In a conversation with GlacierHub, Kean said it takes him and his crew of six roughly four to six weeks to get a full harvest of iceberg water. Kean says demand for iceberg water is growing at roughly 10 percent each year.

Obtaining a reliable supply of iceberg water for a commercial product seems no easy task, but Iceberg Vodka’s Brand Marketing Lead, Rachel Starkman, said differently in an email to GlacierHub: “Because there are a limited number of harvesting licenses available and Mother Nature has continued to bless us with fruitful harvests each year, acquiring iceberg water has not posed any difficulties.”

Despite legal disputes between the two founders that began in February of 2014, Quidi Vidi continues to produce its flagship Iceberg Beer and maintains a strong local following. QV did not respond to GlacierHub’s request for comment on its Iceberg Beer by time of publication.

QV has been in operation for 20 years and they have fought long and hard to gain their customers…. Right now they are in the middle of some challenges but all of their fans are hoping they clear soon and Quidi Vidi will be free to stretch their legs and start brewing new beers in line with many other craft breweries,” said Newfoundlander and beer critic Mike Buhler.

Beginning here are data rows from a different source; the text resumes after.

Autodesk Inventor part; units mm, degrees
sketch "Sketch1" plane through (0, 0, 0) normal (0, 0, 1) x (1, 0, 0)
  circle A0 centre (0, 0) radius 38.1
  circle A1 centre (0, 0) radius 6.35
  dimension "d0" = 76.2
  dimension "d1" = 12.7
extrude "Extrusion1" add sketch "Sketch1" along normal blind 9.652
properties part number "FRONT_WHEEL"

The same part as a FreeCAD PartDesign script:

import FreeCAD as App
import Part
import Sketcher
from FreeCAD import Vector
Q = App.Units.Quantity

doc = App.newDocument("Part")
params = doc.addObject("Spreadsheet::Sheet", "Params")
for row, (alias, value) in enumerate([
    ("sketch1_diameter", "3 in"),
    ("sketch1_diameter2", "0.5 in"),
    ("pad1_length", "0.38 in"),
], start=1):
    params.set(f"A{row}", alias)
    params.set(f"B{row}", "=" + value)
    params.setAlias(f"B{row}", alias)

body = doc.addObject("PartDesign::Body", "Body")

# Sketch on XY plane
sketch1 = body.newObject("Sketcher::SketchObject", "Sketch")
sketch1.AttachmentSupport = (doc.getObject("XY_Plane"), [""])
sketch1.MapMode = "FlatFace"
sketch1.addGeometry([
    Part.Circle(Vector(0, 0, 0), Vector(0, 0, 1), 38),
    Part.Circle(Vector(0, 0, 0), Vector(0, 0, 1), 6),
], False)
sketch1.addConstraint([
    Sketcher.Constraint("Coincident", 0, 3, -1, 1),
    Sketcher.Constraint("Coincident", 1, 3, -1, 1),
    Sketcher.Constraint("Diameter", 0, Q("3 in")),
    Sketcher.Constraint("Diameter", 1, Q("0.5 in")),
])
sketch1.setExpression("Constraints[2]", "Params.sketch1_diameter")
sketch1.setExpression("Constraints[3]", "Params.sketch1_diameter2")
pad1 = body.newObject("PartDesign::Pad", "Pad")
pad1.Profile = sketch1
pad1.setExpression("Length", "Params.pad1_length")

doc.recompute()
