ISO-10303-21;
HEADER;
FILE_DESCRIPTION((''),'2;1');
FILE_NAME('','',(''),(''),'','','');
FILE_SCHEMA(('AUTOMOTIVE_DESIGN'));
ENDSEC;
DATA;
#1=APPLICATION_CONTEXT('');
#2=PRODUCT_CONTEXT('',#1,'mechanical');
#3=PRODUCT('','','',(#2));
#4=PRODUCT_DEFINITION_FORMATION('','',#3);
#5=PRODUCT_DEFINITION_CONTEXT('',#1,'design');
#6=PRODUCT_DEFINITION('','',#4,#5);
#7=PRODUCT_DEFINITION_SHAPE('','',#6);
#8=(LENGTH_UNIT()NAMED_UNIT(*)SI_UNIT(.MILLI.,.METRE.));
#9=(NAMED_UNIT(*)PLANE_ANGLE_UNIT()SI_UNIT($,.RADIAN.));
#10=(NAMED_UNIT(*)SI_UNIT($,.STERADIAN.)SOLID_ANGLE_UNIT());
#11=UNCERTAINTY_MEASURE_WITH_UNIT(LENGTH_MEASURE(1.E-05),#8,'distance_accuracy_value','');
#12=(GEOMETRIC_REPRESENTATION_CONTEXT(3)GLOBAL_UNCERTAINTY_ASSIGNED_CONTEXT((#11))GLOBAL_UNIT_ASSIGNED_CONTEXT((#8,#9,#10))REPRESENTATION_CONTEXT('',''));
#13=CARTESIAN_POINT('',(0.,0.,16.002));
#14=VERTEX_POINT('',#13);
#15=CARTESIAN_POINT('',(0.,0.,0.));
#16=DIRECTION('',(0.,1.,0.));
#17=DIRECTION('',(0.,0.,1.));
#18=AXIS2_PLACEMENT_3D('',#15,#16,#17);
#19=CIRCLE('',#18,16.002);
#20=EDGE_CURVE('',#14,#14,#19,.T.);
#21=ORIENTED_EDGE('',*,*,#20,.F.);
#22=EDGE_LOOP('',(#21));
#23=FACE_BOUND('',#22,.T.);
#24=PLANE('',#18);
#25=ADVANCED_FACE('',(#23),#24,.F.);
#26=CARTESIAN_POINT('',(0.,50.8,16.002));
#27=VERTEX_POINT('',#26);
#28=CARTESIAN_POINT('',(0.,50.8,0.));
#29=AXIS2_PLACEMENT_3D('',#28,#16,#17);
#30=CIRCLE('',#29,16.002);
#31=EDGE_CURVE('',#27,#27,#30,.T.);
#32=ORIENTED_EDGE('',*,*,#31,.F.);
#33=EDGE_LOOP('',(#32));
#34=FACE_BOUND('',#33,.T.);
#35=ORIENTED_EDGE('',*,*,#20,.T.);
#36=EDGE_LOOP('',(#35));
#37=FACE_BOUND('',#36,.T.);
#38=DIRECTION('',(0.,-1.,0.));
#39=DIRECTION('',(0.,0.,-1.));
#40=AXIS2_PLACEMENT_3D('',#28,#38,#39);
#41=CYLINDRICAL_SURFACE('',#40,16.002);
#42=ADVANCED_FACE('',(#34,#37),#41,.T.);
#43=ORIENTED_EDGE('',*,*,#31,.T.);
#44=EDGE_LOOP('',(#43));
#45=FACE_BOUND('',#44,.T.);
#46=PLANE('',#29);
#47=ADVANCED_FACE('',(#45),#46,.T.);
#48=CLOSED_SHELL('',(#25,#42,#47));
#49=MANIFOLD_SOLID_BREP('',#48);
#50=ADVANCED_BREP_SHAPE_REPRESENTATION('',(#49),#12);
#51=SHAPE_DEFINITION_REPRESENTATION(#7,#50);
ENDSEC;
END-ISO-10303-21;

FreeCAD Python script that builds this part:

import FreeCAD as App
import Part
import Sketcher
from FreeCAD import Vector
Q = App.Units.Quantity

doc = App.newDocument("Part")
params = doc.addObject("Spreadsheet::Sheet", "Params")
for row, (alias, value) in enumerate([
    ("sketch1_diameter", "1.26 in"),
    ("pad1_length", "2 in"),
], start=1):
    params.set(f"A{row}", alias)
    params.set(f"B{row}", "=" + value)
    params.setAlias(f"B{row}", alias)

body = doc.addObject("PartDesign::Body", "Body")

sketch1 = doc.addObject("Sketcher::SketchObject", "Sketch")
body.addObject(sketch1)
sketch1.AttachmentSupport = (doc.XZ_Plane, [""])
sketch1.MapMode = "FlatFace"
sketch1.addGeometry(Part.Circle(Vector(0, 0, 0), Vector(0, 0, 1), 16), False)
sketch1.addConstraint([
    Sketcher.Constraint("Coincident", 0, 3, -1, 1),
    Sketcher.Constraint("Diameter", 0, Q("1.26 in")),
])
sketch1.setExpression("Constraints[1]", "Params.sketch1_diameter")
pad1 = doc.addObject("PartDesign::Pad", "Pad")
body.addObject(pad1)
pad1.Profile = sketch1
pad1.setExpression("Length", "Params.pad1_length")
pad1.Reversed = True

doc.recompute()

Quidi Vidi brewhouse in St. John’s, Newfoundland (Source: DPJanes/CC)

Buhler, aka “Beerthief,” and his wine connoisseur partner, Tom Beckett, founded the NL (Newfoundland) Artisanal and Craft Beer Club in 2012 and then in 2014 began writing a beer blog for the St. John’s daily newspaper, The Telegram.  The Beer Club hosts beer-centric events all year round and comments on all Newfoundlander brews.  In an email correspondence with GlacierHub,  Beerthief described Iceberg Beer as, “a clean refreshing lager that has earned a very loyal following making it QV’s number one seller.”

Some beer lovers disagree with Beertheif’s positive take on Iceberg Beer.  

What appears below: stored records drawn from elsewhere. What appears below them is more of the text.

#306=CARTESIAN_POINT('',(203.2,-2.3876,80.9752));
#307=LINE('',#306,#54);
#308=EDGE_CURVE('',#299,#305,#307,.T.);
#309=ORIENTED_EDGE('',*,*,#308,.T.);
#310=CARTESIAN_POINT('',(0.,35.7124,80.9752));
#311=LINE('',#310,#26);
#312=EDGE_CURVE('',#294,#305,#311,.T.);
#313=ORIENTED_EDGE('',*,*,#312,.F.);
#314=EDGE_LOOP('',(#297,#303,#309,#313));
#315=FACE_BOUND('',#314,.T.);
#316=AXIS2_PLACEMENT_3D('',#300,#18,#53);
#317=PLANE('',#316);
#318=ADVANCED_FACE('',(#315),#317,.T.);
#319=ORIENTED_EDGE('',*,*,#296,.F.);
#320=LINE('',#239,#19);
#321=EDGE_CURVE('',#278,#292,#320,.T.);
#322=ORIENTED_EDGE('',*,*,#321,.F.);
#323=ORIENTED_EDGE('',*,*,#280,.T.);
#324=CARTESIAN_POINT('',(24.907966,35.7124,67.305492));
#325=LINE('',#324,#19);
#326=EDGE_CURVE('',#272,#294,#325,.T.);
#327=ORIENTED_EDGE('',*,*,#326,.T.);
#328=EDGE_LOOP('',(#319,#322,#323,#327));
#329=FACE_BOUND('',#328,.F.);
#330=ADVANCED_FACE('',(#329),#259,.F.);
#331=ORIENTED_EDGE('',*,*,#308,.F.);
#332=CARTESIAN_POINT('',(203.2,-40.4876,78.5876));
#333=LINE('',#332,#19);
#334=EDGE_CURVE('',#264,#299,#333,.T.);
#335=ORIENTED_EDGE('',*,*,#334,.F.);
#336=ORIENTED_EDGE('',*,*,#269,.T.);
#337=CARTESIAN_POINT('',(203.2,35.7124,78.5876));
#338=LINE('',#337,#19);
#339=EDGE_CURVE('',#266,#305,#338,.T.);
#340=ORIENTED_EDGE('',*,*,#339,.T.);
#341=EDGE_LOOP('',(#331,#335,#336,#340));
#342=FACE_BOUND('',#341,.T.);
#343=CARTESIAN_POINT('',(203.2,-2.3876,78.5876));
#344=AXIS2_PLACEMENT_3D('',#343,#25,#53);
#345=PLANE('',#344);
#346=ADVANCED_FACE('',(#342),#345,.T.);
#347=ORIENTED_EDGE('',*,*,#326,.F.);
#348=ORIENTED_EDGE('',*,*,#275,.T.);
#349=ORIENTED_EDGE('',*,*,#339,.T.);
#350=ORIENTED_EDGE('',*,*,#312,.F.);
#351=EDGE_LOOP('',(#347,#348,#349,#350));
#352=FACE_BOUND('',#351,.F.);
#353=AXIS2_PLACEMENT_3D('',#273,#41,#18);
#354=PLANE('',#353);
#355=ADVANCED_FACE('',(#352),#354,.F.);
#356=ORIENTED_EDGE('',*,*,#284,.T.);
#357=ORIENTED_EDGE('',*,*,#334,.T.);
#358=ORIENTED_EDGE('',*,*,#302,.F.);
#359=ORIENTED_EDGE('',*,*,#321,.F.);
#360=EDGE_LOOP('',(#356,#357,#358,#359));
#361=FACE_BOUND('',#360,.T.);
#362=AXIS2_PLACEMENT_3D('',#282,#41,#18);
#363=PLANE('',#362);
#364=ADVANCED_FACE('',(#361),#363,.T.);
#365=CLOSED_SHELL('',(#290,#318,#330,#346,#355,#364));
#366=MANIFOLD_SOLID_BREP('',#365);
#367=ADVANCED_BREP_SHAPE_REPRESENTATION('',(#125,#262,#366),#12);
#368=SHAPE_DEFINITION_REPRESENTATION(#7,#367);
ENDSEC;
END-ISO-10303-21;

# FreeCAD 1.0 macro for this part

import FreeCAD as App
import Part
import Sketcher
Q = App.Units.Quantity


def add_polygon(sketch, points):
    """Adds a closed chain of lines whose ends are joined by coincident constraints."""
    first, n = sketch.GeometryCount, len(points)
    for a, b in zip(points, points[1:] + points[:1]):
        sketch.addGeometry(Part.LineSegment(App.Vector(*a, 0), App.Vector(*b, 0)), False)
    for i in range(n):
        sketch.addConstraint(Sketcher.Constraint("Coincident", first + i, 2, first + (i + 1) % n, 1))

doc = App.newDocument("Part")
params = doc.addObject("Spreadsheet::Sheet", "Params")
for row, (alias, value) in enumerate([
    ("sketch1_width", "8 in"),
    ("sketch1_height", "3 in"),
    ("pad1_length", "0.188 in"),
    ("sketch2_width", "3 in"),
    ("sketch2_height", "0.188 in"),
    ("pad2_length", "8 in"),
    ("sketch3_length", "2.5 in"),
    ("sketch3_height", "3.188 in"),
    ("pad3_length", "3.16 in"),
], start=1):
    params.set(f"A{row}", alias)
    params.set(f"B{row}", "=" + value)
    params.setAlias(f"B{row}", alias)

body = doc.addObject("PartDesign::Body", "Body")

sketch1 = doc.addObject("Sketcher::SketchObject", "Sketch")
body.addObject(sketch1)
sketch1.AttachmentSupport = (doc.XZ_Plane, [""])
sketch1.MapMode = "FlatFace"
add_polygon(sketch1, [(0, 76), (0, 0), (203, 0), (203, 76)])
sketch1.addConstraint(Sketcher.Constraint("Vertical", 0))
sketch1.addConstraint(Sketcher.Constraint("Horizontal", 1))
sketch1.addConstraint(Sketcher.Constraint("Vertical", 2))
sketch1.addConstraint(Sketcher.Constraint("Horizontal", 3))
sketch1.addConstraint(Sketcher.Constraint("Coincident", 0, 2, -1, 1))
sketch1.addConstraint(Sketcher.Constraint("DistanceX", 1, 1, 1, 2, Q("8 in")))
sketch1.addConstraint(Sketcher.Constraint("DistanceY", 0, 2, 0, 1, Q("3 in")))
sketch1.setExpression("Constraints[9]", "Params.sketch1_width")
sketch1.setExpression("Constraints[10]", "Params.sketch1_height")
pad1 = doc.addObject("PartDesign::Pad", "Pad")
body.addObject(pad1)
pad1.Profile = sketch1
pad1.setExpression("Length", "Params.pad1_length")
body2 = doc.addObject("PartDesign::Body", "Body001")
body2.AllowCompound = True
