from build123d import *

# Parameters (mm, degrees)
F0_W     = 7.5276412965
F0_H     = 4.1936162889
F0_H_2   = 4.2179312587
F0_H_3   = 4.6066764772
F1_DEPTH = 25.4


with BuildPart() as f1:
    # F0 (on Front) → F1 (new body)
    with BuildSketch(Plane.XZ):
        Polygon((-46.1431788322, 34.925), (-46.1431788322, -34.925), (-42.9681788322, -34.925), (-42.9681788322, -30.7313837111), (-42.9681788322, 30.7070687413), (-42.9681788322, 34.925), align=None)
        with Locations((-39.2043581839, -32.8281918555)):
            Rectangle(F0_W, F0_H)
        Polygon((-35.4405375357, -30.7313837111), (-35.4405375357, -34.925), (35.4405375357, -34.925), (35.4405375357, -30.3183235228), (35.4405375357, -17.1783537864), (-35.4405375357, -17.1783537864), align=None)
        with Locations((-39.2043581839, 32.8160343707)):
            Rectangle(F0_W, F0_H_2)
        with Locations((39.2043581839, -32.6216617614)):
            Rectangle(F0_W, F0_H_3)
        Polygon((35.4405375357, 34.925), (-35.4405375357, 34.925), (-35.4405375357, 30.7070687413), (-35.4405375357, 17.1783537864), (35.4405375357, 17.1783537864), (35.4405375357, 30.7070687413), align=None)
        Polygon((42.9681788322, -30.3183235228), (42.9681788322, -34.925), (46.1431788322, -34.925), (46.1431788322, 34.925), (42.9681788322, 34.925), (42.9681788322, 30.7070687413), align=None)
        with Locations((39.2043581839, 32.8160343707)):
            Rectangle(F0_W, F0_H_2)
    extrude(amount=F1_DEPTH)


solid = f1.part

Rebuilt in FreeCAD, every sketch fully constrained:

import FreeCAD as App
import Part
import Sketcher
from FreeCAD import Vector
Q = App.Units.Quantity


def add_polygon(sketch, points):
    """Adds a closed chain of lines whose ends are joined by coincident constraints."""
    first, n = sketch.GeometryCount, len(points)
    for a, b in zip(points, points[1:] + points[:1]):
        sketch.addGeometry(Part.LineSegment(App.Vector(*a, 0), App.Vector(*b, 0)), False)
    for i in range(n):
        sketch.addConstraint(Sketcher.Constraint("Coincident", first + i, 2, first + (i + 1) % n, 1))

doc = App.newDocument("Part")
body = doc.addObject("PartDesign::Body", "Body")

# Sketch on XZ plane
sketch1 = body.newObject("Sketcher::SketchObject", "Sketch")
sketch1.AttachmentSupport = (doc.getObject("XZ_Plane"), [""])
sketch1.MapMode = "FlatFace"
add_polygon(sketch1, [(-46.143179, 34.925), (-46.143179, -34.925), (46.143179, -34.925), (46.143179, 34.925), (42.968179, 34.925)])  # lines 0-4
add_polygon(sketch1, [(42.968179, 30.707069), (42.968179, -30.318324), (35.440538, -30.318324), (35.440538, -17.178354), (-35.440538, -17.178354), (-35.440538, -30.731384), (-42.968179, -30.731384), (-42.968179, 30.707069), (-35.440538, 30.707069), (-35.440538, 17.178354), (35.440538, 17.178354), (35.440538, 30.707069)])  # lines 5-16
sketch1.addConstraint([
    Sketcher.Constraint("Vertical", 0),
    Sketcher.Constraint("Horizontal", 1),
    Sketcher.Constraint("Vertical", 2),
    Sketcher.Constraint("Horizontal", 3),
    Sketcher.Constraint("Horizontal", 4),
    Sketcher.Constraint("Vertical", 5),
    Sketcher.Constraint("Horizontal", 6),
    Sketcher.Constraint("Vertical", 7),
    Sketcher.Constraint("Horizontal", 8),
    Sketcher.Constraint("Vertical", 9),
    Sketcher.Constraint("Horizontal", 10),
    Sketcher.Constraint("Vertical", 11),
    Sketcher.Constraint("Horizontal", 12),
    Sketcher.Constraint("Vertical", 13),
    Sketcher.Constraint("Horizontal", 14),
    Sketcher.Constraint("Vertical", 15),
    Sketcher.Constraint("Horizontal", 16),
    Sketcher.Constraint("Symmetric", 0, 2, 2, 2, -1, 1),
    Sketcher.Constraint("Symmetric", 7, 2, 13, 2, -1, 1),
    Sketcher.Constraint("Symmetric", 12, 2, 15, 2, -2),
    Sketcher.Constraint("Vertical", 3, 2, 5, 2),
    Sketcher.Constraint("Vertical", 9, 2, 12, 2),
    Sketcher.Constraint("Equal", 6, 10),
    Sketcher.Constraint("DistanceY", 0, 2, 0, 1, Q("2.75 in")),
    Sketcher.Constraint("DistanceX", 3, 2, 3, 1, Q("0.125 in")),
    Sketcher.Constraint("DistanceX", 6, 2, 6, 1, Q("7.527641 mm")),
    Sketcher.Constraint("DistanceY", 7, 1, 7, 2, Q("13.13997 mm")),
    Sketcher.Constraint("DistanceY", 9, 2, 9, 1, Q("13.55303 mm")),
    Sketcher.Constraint("DistanceX", 1, 1, 1, 2, Q("92.286358 mm")),
    Sketcher.Constraint("DistanceY", 5, 2, 5, 1, Q("61.025392 mm")),
    Sketcher.Constraint("DistanceY", 13, 2, 13, 1, Q("13.528715 mm")),
])
pad1 = body.newObject("PartDesign::Pad", "Pad")
pad1.Profile = sketch1
pad1.Length = Q("1 in")

doc.recompute()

Online reviewers give the beer an “okay” rating, saying the gimmick does not necessarily live up to expectations.  The beer received only a 2.75/5 on BeerAdvocate, a global beer review website. With the a price of approximately $20 (Canadian) on the NLC Liquor Store website, some reviews say the beer is overpriced for its quality.  However, most of the beer reviews fall under the neutral category of this BeerAdvocate’s comments when he says, “Overall an alright beer, though certainly one I will not jump to drink. Certainly a must-try for anyone visiting Newfoundland at the same time, as the use of iceberg water in brewing definitely makes for a unique experience.”

This author suspects that Iceberg Beer will be around as long as there are icebergs to harvest.